I understand where you're coming from, not wanting to be the only one who brings it up to the BO. But that's great if the others will speak up too, & then you won't be 'that' person haha although being 'that' person no matter who agrees or not is probably the most responsible & caring horse owner anyway.

I hope this family see the errors of their way & pull their heads in.
_Posted via Mobile Device_


----------



## Glenknock (Feb 27, 2013)

subbing - Good luck


----------



## EquineBovine (Sep 6, 2012)

Any luck?


----------



## Bo20 (Jun 8, 2014)

Any update on this? 

The other thing my barn does is kind of like everyone disciplines the kids. The other day, one of the kids' moms was actually breaking a colt and the kids were inside a trailer making noise nearby. She had us go to them and tell them they needed to knock it off. At any time, the kids at my barn know one of us older boarders/girls will come and discipline them to an extent. 

This situation seems out of hand though. I hope the BO was helpful!


----------



## OTTBMomma (May 15, 2014)

When I have my own farm, I plan on getting a plaque that reads, "Loose children will be fed to goats". I stand by that statement.


----------



## Horseychick87 (Feb 5, 2014)

OTTBMomma said:


> When I have my own farm, I plan on getting a plaque that reads, "Loose children will be fed to goats". I stand by that statement.

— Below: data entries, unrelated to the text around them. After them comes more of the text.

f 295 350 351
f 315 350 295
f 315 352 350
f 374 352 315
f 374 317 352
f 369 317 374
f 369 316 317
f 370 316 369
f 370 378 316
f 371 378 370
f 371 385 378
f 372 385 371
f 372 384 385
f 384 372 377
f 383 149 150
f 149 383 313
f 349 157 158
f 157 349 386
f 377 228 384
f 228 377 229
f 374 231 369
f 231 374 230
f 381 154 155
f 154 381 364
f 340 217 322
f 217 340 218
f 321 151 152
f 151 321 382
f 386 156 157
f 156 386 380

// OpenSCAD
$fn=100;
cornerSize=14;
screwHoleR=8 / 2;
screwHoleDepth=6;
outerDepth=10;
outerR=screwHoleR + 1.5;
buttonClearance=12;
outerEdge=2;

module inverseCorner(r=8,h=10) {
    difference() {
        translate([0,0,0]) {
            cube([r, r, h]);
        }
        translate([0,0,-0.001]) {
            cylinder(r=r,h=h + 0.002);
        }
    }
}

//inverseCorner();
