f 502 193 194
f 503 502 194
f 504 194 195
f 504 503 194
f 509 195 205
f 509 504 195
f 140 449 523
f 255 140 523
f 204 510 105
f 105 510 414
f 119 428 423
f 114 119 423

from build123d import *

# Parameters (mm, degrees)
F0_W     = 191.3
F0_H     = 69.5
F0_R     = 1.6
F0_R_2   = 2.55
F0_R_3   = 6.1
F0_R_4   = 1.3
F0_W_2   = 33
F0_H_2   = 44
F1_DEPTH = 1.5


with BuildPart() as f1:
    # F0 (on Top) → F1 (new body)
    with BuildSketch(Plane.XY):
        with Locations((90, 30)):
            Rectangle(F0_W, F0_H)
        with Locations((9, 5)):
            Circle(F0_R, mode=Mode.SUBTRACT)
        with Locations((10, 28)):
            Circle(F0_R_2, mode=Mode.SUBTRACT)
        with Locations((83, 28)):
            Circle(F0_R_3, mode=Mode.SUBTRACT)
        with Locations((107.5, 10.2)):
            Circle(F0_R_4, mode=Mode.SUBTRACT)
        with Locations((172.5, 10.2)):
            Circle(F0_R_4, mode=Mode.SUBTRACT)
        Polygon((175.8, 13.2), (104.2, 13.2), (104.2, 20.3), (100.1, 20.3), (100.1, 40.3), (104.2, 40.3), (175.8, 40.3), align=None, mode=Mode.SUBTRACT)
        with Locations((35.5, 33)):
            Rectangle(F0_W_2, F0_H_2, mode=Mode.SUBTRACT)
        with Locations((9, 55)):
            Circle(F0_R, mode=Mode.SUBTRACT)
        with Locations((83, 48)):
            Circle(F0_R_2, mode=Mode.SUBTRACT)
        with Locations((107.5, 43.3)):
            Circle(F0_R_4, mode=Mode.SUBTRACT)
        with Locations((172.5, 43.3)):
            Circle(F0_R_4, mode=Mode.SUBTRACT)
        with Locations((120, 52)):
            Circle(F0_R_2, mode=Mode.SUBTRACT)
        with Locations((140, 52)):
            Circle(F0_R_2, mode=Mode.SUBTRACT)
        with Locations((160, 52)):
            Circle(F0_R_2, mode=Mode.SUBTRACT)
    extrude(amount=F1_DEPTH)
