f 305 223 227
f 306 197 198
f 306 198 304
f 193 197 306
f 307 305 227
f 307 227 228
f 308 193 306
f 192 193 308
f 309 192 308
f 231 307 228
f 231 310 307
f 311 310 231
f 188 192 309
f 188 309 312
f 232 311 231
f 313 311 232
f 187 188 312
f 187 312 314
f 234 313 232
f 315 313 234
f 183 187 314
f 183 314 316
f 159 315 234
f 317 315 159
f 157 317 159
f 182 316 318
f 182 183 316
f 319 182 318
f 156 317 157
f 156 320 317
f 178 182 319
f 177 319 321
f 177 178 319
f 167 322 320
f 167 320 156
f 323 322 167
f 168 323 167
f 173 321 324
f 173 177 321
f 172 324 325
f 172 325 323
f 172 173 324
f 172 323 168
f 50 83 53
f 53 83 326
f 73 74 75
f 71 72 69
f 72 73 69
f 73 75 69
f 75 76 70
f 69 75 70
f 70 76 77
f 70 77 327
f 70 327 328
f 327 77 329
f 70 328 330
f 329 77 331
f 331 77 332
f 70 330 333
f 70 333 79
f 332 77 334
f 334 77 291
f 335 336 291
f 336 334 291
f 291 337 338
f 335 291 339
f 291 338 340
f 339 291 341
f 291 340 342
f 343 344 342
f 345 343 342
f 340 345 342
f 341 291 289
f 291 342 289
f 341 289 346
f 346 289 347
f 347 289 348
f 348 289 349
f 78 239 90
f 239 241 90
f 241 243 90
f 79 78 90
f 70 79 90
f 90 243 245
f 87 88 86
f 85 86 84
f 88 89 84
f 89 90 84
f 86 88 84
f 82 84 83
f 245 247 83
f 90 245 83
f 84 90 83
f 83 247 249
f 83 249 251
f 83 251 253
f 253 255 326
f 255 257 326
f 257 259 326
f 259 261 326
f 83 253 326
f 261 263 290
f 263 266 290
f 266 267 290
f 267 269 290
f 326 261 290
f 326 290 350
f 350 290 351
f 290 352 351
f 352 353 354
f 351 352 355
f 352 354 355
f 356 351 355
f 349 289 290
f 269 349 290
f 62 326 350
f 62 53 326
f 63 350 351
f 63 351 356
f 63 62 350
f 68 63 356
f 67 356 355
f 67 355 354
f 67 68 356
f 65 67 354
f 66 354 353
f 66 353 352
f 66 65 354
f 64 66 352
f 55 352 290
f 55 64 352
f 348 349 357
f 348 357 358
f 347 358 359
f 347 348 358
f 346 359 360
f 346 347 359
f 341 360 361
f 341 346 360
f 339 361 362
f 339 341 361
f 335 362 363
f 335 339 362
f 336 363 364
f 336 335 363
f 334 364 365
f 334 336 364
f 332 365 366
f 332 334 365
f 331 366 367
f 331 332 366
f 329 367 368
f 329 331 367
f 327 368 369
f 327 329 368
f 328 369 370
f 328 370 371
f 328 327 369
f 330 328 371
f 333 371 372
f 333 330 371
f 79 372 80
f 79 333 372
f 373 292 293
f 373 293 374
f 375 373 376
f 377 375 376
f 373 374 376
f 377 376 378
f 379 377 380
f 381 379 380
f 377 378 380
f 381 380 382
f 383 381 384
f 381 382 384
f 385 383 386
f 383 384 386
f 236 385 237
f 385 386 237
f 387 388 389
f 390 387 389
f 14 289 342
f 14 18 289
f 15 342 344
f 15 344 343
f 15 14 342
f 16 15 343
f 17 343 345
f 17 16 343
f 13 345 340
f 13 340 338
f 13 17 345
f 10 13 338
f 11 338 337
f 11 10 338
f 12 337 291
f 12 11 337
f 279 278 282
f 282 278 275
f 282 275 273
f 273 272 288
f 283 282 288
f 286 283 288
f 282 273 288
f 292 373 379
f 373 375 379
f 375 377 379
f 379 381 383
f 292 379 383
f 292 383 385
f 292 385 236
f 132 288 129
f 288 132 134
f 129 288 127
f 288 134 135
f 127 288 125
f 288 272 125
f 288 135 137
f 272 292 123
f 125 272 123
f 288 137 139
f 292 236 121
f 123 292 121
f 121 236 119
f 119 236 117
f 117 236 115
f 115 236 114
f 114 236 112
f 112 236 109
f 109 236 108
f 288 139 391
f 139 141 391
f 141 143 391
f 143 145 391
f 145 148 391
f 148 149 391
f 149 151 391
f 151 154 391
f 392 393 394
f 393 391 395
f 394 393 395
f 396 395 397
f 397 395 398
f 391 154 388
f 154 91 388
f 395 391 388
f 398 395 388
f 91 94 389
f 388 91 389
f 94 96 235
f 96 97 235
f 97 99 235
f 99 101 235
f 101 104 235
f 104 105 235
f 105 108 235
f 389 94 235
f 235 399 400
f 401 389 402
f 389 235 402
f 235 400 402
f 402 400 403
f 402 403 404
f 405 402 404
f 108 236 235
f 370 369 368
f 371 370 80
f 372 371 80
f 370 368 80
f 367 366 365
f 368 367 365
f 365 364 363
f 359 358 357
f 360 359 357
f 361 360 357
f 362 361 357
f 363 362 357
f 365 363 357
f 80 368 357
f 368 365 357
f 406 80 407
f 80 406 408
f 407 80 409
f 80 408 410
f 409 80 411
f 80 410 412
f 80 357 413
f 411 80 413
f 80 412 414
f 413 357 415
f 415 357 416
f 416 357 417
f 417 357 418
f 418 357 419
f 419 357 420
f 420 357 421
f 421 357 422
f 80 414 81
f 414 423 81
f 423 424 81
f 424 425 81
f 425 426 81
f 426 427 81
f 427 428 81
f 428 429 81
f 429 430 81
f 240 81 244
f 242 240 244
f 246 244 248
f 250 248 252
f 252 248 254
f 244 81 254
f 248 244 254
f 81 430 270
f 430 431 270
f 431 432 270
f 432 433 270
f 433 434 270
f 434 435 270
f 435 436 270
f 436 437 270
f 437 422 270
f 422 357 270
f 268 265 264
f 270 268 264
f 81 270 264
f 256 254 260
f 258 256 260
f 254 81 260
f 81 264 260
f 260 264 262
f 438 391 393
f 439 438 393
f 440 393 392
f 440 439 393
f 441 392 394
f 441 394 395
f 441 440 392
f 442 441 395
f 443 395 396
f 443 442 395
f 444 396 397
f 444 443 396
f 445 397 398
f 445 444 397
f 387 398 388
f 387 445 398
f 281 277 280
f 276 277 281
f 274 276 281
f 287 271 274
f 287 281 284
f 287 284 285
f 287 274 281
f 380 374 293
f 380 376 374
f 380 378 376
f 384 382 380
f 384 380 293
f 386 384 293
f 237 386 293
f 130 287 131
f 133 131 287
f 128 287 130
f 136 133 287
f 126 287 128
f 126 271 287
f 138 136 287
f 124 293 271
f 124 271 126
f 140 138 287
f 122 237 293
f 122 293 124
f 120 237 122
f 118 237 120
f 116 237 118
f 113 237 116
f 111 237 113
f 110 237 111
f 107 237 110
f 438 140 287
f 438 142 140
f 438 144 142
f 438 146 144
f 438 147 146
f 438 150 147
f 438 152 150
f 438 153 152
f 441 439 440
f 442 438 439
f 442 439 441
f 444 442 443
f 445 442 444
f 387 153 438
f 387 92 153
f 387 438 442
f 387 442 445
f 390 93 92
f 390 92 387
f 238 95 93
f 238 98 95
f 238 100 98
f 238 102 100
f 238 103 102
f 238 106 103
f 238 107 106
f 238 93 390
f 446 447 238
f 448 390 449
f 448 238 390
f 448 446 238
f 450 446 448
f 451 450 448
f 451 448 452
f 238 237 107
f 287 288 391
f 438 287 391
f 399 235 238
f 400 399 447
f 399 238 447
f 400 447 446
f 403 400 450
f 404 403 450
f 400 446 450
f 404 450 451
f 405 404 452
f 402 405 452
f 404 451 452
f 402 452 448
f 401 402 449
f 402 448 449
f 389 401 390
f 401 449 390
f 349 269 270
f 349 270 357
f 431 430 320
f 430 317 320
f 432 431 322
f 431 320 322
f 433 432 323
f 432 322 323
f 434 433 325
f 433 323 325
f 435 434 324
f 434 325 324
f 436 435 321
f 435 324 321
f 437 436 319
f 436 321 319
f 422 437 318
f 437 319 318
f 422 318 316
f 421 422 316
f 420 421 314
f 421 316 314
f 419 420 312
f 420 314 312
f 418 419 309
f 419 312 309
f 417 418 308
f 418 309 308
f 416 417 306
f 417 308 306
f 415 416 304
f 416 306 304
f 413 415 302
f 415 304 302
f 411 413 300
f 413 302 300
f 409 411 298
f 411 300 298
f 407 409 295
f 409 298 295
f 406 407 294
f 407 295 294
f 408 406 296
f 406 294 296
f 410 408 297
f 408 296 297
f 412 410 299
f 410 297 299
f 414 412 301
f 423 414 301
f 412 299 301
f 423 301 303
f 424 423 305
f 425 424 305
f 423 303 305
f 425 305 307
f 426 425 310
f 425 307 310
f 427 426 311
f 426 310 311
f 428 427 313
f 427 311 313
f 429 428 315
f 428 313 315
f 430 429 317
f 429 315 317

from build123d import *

 Aw, those poor goats, you shouldn't feed them junk food OTTBMomma. :wink:


----------



## bkylem (Sep 21, 2013)

You certainly have grounds to speak to the BO, because I personally think that is where the problem is. She is essentially putting the kids (brats) ahead of her own boarders (clients). I would strongly bring up the liability issue. You may have signed a disclaimer as we all do, but it is doubtful that the kids did. I think your BO is extremely irresponsible and unprofessional .
Bear in mind that you are only describing what you see when you are present, not when you are away.
I would inform her that this is neither a circus nor a petting zoo. She is liable for any harm that may come to your horse. If her concern is not sufficient , I would seriously have to consider leaving.
Do press the liability exposure. It alone may cause her to rethink her priorities.

I would be furious.


----------



## equitate (Dec 14, 2012)

The BO SHOULD have a problem with kids not under control, and there should be a boarding agreement which covers those rules for your safety and her own liability.

For sure, go to her, tell her what's happening. 

I would come unglued if a ball hit my horse OR my car. And the arena is NOT a play arena for them. It the parent doesn't take control for their own kids safety, then the BO must. Tell her you are looking out for her liability as well as your own.


----------



## SullysRider (Feb 11, 2012)

I did talk to the barn owner and she spoke with the mother. She has come alone/with the daughter that rides since then. She has not brought the whole gang again. So it has worked out, the kids probably are glad because they hated being at the barn. Sorry I didn't update!


----------



## Horseychick87 (Feb 5, 2014)

I'm so glad to hear that Sully. You've had enough trouble to last a lifetime without someones kids and their friends adding to it.


----------